A Neural Speech Decoding Framework Leveraging Deep Learning and Speech Synthesis
Major Breakthrough in Neuroscience Research: Deep Learning Technique Achieves Decoding of Natural Speech from Brain Signals
A cross-disciplinary research team at New York University recently achieved a major breakthrough in the fields of neuroscience and artificial intelligence. They developed a novel deep learning-based framework that can directly decode and synthesize natural human voices from neural signals in the brain. This innovative achievement holds promise for developing a new generation of speech-based brain-computer interfaces to assist patients with aphasia and speech disorders.
Research Motivation Speech disorders severely impact patients’ social interactions and quality of life. Over the past decades, researchers have been devoted to developing neural prosthetics that can decode and synthesize speech from the brain, to help these patients regain communication abilities. However, building high-performance speech decoding systems has been an enormous challenge due to the scarcity of brain and speech data required for training, as well as the complexity and high dimensionality of the speech generation process.

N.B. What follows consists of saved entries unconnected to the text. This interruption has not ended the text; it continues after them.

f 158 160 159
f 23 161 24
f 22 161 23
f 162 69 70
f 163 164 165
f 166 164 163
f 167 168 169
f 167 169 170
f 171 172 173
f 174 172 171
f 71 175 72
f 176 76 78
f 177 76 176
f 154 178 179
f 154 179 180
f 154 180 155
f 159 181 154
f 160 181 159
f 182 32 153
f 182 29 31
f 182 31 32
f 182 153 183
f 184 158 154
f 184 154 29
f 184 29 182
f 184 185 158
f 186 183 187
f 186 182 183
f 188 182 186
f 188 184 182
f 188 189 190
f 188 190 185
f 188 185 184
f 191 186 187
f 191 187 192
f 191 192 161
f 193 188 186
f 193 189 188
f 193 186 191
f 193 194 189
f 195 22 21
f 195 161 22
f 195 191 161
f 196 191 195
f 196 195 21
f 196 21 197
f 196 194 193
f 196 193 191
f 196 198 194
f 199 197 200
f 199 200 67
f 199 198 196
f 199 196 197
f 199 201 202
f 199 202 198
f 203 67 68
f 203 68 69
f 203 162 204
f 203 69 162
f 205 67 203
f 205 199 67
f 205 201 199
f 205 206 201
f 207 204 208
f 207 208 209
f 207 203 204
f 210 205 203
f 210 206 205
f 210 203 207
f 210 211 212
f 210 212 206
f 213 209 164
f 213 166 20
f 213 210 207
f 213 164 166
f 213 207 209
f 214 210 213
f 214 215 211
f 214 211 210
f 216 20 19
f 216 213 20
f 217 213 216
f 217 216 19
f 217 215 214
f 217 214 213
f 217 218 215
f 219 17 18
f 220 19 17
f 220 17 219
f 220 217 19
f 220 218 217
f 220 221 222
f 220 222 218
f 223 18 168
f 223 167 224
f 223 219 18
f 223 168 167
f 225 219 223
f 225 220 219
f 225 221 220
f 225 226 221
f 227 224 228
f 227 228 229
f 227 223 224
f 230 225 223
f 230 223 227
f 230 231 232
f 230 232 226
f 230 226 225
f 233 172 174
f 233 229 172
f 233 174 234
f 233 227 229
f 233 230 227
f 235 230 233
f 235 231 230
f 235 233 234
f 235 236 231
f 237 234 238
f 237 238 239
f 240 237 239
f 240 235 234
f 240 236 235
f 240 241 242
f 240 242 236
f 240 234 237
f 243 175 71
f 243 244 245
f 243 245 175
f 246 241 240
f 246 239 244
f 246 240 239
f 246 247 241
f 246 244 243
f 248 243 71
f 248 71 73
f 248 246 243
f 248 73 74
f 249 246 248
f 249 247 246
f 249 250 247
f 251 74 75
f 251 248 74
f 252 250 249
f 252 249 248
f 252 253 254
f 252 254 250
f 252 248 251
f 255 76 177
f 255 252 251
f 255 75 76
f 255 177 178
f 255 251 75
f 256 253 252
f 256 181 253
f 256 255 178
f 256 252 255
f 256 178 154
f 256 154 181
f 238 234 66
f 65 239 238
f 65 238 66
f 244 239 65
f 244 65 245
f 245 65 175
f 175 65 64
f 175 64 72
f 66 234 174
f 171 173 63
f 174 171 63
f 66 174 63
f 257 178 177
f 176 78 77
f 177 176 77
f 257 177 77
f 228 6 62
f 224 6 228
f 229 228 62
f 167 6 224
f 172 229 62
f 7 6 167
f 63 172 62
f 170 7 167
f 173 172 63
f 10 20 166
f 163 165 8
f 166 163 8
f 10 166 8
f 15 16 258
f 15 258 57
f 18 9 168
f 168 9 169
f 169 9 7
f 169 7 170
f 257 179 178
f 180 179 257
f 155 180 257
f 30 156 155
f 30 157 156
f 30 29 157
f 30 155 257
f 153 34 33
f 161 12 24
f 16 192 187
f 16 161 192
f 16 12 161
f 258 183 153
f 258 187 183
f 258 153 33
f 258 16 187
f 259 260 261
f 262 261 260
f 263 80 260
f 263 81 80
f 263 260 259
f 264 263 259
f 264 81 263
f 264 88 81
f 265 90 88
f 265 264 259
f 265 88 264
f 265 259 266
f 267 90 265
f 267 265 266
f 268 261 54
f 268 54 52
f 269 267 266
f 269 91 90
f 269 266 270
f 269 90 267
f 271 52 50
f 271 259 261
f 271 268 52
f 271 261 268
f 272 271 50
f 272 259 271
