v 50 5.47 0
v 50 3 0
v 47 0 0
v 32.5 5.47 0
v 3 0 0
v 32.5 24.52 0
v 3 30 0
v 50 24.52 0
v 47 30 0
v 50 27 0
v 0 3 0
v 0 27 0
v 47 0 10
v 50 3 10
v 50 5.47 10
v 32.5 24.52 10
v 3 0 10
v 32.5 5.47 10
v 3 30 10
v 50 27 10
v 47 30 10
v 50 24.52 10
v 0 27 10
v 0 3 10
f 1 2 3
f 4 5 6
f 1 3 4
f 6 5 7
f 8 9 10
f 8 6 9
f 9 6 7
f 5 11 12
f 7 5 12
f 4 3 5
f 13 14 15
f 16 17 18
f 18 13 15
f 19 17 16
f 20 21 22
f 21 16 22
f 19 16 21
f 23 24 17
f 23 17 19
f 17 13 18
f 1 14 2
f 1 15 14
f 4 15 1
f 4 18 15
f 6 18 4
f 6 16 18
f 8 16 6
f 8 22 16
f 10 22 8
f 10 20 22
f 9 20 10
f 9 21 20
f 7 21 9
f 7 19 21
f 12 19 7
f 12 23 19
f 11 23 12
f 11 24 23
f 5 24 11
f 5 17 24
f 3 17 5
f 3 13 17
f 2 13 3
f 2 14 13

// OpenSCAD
$fn = 32;

// ----------------------------------------------------------------------
// C washer: 50 x 30 mm plate with an open slot
// ----------------------------------------------------------------------

// --- parameters (mm) ---
profile_height = 10;      // extrusion height
profile_points = 12;      // points of the closed outline

profile = [[3, 0], [47, 0], [50, 3], [50, 5.47], [32.5, 5.47], [32.5, 24.52], [50, 24.52], [50, 27], [47, 30], [3, 30], [0, 27], [0, 3]];  // single closed polygon, 12 points, counter clockwise

// --- the one profile operation ---
linear_extrude(height = profile_height) polygon(points = profile);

Research Essence The team proposed an innovative deep learning-based speech decoding framework, comprising two core modules: (1) a “brain signal decoder” that transforms brain signals recorded by intracortical electrode arrays (ECoG) into interpretable speech parameters; (2) a novel “disentangled speech synthesizer” that converts speech parameters into spectrograms, which are then synthesized into waveforms using the Griffin-Lim algorithm.
The researchers also introduced the concept of a speech autoencoder, leveraging speech signals to pre-train the “speech synthesizer” and generate reference speech parameters to guide the training of the “brain signal decoder”. This framework can generate highly naturalistic speech and achieved highly repeatable decoding performance across 48 subjects.
A major innovation of this speech decoding framework is the causality of the encoder. Last year, most studies only reported results of non-causal encoders, meaning they relied not only on current and past brain signals but also on future signals, thereby depending on speech feedback information. This is infeasible for real-time speech generation applications. The researchers developed an encoder that can operate in both causal and non-causal modes, with the former only using current and past signals, making it more suitable for real-time applications. Experiments demonstrated that in the causal mode, advanced architectures such as convolutional neural networks (ResNet) and transformer networks (Swin Transformer) could achieve decoding accuracy approaching that of the non-causal mode.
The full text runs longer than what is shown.